[DATASET ENTRIES — start]

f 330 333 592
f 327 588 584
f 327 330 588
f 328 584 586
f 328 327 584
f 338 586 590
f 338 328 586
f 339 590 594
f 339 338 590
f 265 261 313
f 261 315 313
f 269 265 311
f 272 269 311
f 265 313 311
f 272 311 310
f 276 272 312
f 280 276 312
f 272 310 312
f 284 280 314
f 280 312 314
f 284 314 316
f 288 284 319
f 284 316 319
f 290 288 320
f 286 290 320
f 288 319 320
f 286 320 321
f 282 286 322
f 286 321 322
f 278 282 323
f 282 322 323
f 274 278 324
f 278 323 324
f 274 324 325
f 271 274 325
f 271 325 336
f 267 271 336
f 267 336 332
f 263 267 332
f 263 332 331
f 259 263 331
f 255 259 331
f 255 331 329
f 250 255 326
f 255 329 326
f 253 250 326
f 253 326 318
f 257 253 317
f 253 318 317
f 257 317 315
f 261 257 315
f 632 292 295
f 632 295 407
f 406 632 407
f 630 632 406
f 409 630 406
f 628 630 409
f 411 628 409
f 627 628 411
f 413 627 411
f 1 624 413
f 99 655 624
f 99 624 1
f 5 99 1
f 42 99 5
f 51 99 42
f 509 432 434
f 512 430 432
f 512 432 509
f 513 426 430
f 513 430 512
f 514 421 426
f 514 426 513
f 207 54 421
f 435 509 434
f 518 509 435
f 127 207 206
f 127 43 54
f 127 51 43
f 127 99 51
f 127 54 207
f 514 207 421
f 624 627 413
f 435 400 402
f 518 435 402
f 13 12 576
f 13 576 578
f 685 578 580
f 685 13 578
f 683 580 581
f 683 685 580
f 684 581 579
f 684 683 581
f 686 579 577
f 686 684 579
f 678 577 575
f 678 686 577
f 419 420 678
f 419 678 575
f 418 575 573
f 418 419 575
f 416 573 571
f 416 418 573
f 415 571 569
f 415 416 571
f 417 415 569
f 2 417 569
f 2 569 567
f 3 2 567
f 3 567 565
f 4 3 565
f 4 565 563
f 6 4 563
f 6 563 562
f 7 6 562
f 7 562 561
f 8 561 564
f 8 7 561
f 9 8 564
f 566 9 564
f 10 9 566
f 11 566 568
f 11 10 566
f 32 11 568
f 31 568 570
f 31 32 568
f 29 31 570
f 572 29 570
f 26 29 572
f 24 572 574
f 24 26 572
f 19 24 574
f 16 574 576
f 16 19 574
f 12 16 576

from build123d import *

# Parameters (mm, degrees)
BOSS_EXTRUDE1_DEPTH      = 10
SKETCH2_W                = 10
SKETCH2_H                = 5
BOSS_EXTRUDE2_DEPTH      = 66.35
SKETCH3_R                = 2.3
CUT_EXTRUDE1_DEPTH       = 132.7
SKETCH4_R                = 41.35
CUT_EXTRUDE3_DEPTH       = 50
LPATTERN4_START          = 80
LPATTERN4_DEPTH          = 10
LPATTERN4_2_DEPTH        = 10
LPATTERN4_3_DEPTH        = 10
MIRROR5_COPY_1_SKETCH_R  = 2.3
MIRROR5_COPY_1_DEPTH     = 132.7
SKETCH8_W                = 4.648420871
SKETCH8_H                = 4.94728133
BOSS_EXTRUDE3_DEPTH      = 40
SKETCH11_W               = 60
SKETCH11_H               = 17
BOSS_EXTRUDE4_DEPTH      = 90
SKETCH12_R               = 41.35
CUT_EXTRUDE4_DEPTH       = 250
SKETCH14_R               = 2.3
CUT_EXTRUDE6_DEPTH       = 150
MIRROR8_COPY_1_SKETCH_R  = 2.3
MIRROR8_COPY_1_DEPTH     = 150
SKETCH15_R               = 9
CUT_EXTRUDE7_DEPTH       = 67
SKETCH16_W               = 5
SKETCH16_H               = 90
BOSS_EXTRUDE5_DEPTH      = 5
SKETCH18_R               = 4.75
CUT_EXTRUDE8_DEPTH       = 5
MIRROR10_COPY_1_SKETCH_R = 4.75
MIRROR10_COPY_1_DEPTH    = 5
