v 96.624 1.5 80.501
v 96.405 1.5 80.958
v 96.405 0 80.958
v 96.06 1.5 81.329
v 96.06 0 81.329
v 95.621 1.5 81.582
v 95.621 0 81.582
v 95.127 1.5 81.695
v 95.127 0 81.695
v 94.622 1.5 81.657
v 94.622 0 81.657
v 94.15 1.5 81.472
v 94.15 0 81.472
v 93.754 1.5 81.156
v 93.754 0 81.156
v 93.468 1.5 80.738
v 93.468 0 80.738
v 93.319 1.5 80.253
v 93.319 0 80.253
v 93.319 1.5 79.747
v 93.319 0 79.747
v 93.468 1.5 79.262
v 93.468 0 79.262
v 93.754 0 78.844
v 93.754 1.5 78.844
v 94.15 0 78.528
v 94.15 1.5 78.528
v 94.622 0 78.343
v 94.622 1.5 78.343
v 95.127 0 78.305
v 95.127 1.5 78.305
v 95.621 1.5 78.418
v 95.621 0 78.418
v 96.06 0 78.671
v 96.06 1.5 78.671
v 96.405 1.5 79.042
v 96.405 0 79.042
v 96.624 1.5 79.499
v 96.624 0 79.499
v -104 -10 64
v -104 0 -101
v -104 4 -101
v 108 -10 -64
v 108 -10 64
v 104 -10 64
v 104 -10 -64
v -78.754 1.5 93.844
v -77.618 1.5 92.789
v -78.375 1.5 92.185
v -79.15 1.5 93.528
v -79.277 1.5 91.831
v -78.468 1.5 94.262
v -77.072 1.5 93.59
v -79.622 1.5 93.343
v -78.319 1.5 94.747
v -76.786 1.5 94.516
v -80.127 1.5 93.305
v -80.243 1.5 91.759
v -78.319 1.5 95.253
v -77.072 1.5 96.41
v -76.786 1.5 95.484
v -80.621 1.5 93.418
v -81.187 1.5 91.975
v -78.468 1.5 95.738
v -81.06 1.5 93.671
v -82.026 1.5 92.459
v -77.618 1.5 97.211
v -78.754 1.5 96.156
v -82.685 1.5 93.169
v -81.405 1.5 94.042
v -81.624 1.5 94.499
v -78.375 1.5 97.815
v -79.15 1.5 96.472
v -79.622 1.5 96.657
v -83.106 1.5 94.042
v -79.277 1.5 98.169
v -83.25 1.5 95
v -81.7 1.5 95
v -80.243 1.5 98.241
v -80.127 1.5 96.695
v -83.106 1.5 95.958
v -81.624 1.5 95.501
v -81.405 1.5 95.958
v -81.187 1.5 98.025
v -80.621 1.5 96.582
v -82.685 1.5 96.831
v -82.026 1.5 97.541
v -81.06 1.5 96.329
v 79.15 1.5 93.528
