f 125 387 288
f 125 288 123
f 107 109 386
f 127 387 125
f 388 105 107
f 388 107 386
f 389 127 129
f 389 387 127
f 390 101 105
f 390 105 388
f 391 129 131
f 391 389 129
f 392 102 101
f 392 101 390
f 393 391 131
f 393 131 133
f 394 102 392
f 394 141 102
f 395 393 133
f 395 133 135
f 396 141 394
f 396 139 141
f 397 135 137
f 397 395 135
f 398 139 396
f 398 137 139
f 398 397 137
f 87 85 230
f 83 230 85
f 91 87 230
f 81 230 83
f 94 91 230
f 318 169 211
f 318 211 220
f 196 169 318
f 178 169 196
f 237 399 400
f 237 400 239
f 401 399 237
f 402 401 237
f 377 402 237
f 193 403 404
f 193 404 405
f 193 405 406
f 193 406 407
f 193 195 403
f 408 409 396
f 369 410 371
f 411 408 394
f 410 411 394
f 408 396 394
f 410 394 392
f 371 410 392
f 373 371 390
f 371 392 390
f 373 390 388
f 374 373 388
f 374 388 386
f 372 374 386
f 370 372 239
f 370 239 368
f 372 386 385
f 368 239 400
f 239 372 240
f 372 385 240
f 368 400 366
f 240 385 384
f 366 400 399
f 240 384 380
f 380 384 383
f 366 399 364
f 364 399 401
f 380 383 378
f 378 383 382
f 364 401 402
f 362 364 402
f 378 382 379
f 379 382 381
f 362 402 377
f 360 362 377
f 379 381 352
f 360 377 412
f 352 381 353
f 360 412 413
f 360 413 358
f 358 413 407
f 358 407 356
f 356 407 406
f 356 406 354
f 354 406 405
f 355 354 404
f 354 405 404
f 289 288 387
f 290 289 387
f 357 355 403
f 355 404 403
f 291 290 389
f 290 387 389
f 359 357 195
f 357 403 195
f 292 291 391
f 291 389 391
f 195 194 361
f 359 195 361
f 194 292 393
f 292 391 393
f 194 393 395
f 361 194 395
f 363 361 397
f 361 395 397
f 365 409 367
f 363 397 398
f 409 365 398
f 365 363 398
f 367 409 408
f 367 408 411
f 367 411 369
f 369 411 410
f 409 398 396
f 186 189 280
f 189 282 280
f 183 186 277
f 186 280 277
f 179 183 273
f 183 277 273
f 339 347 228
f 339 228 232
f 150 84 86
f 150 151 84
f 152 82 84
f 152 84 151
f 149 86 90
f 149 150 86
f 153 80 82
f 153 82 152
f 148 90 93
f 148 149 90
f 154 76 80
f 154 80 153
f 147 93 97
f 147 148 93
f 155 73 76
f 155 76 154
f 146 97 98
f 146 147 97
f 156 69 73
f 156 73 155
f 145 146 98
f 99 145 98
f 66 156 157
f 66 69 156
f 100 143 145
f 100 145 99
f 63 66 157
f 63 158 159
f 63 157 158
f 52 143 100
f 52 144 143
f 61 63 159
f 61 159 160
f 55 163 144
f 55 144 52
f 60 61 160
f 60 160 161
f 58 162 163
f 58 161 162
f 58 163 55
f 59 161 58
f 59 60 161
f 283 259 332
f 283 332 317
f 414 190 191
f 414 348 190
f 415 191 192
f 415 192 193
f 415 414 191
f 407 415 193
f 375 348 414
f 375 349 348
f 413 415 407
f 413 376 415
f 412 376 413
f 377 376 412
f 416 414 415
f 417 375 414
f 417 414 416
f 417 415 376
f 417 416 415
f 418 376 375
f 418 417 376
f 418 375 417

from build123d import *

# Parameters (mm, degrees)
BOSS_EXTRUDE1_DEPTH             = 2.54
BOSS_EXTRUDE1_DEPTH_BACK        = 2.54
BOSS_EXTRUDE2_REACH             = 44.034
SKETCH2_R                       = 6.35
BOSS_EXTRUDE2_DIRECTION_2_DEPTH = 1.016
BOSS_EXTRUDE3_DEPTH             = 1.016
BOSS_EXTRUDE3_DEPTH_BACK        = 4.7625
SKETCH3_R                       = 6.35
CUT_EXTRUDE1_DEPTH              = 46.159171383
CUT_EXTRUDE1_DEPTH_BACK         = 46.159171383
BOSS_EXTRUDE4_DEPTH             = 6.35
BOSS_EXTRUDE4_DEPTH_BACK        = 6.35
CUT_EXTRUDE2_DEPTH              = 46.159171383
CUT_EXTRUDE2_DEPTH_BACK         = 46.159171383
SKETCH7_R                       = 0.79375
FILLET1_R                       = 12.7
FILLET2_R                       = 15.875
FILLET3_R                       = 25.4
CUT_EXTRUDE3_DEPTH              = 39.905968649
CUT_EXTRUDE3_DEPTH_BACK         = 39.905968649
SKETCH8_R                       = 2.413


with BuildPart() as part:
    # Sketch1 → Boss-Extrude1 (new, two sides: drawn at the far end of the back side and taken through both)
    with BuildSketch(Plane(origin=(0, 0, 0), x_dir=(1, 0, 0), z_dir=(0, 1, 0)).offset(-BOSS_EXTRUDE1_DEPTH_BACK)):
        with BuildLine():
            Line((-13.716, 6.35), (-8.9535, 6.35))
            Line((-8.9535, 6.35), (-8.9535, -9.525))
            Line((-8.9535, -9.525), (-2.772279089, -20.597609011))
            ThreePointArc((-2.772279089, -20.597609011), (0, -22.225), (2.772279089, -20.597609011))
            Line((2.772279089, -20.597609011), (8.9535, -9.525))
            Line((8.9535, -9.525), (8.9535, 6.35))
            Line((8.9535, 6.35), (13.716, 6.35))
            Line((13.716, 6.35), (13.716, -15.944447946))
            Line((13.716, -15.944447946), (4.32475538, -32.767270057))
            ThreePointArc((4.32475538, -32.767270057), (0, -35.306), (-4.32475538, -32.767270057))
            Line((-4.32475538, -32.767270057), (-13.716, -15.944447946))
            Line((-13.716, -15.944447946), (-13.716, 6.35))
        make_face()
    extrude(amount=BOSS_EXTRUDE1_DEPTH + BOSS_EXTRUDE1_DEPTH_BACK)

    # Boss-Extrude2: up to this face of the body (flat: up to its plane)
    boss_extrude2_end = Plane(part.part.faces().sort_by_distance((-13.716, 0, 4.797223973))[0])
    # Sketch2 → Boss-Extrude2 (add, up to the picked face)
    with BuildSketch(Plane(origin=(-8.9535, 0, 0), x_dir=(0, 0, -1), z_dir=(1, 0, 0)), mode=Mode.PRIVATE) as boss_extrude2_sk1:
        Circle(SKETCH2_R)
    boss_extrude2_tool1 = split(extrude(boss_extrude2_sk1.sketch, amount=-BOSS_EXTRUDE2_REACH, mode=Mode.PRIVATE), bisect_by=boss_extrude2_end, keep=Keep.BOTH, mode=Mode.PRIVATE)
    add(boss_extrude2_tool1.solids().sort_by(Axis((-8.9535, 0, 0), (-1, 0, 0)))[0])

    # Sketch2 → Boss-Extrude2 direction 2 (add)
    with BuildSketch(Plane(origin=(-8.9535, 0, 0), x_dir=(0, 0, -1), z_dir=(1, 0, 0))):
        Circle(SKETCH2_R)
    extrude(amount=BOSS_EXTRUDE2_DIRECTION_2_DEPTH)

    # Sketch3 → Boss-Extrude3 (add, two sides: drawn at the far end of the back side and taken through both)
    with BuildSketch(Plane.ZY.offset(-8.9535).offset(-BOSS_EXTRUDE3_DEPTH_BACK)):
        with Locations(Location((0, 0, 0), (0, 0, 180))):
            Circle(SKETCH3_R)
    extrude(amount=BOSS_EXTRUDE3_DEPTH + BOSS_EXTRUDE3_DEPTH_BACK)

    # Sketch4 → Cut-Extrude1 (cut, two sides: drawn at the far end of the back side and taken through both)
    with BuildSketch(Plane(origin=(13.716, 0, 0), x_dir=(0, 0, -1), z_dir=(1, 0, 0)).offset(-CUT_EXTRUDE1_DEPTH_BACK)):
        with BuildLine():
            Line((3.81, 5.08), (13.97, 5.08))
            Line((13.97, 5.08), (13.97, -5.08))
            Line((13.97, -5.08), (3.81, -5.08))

[DATASET ENTRIES — finish]

§ **WORK REQUEST**: Output the records above exactly, from their first line through the line that contains "f 29 31 570", and add nothing.

§ **COMPLETED EXERCISE**:
f 330 333 592
f 327 588 584
f 327 330 588
f 328 584 586
f 328 327 584
f 338 586 590
f 338 328 586
f 339 590 594
f 339 338 590
f 265 261 313
f 261 315 313
f 269 265 311
f 272 269 311
f 265 313 311
f 272 311 310
f 276 272 312
f 280 276 312
f 272 310 312
f 284 280 314
f 280 312 314
f 284 314 316
f 288 284 319
f 284 316 319
f 290 288 320
f 286 290 320
f 288 319 320
f 286 320 321
f 282 286 322
f 286 321 322
f 278 282 323
f 282 322 323
f 274 278 324
f 278 323 324
f 274 324 325
f 271 274 325
f 271 325 336
f 267 271 336
f 267 336 332
f 263 267 332
f 263 332 331
f 259 263 331
f 255 259 331
f 255 331 329
f 250 255 326
f 255 329 326
f 253 250 326
f 253 326 318
f 257 253 317
f 253 318 317
f 257 317 315
f 261 257 315
f 632 292 295
f 632 295 407
f 406 632 407
f 630 632 406
f 409 630 406
f 628 630 409
f 411 628 409
f 627 628 411
f 413 627 411
f 1 624 413
f 99 655 624
f 99 624 1
f 5 99 1
f 42 99 5
f 51 99 42
f 509 432 434
f 512 430 432
f 512 432 509
f 513 426 430
f 513 430 512
f 514 421 426
f 514 426 513
f 207 54 421
f 435 509 434
f 518 509 435
f 127 207 206
f 127 43 54
f 127 51 43
f 127 99 51
f 127 54 207
f 514 207 421
f 624 627 413
f 435 400 402
f 518 435 402
f 13 12 576
f 13 576 578
f 685 578 580
f 685 13 578
f 683 580 581
f 683 685 580
f 684 581 579
f 684 683 581
f 686 579 577
f 686 684 579
f 678 577 575
f 678 686 577
f 419 420 678
f 419 678 575
f 418 575 573
f 418 419 575
f 416 573 571
f 416 418 573
f 415 571 569
f 415 416 571
f 417 415 569
f 2 417 569
f 2 569 567
f 3 2 567
f 3 567 565
f 4 3 565
f 4 565 563
f 6 4 563
f 6 563 562
f 7 6 562
f 7 562 561
f 8 561 564
f 8 7 561
f 9 8 564
f 566 9 564
f 10 9 566
f 11 566 568
f 11 10 566
f 32 11 568
f 31 568 570
f 31 32 568
f 29 31 570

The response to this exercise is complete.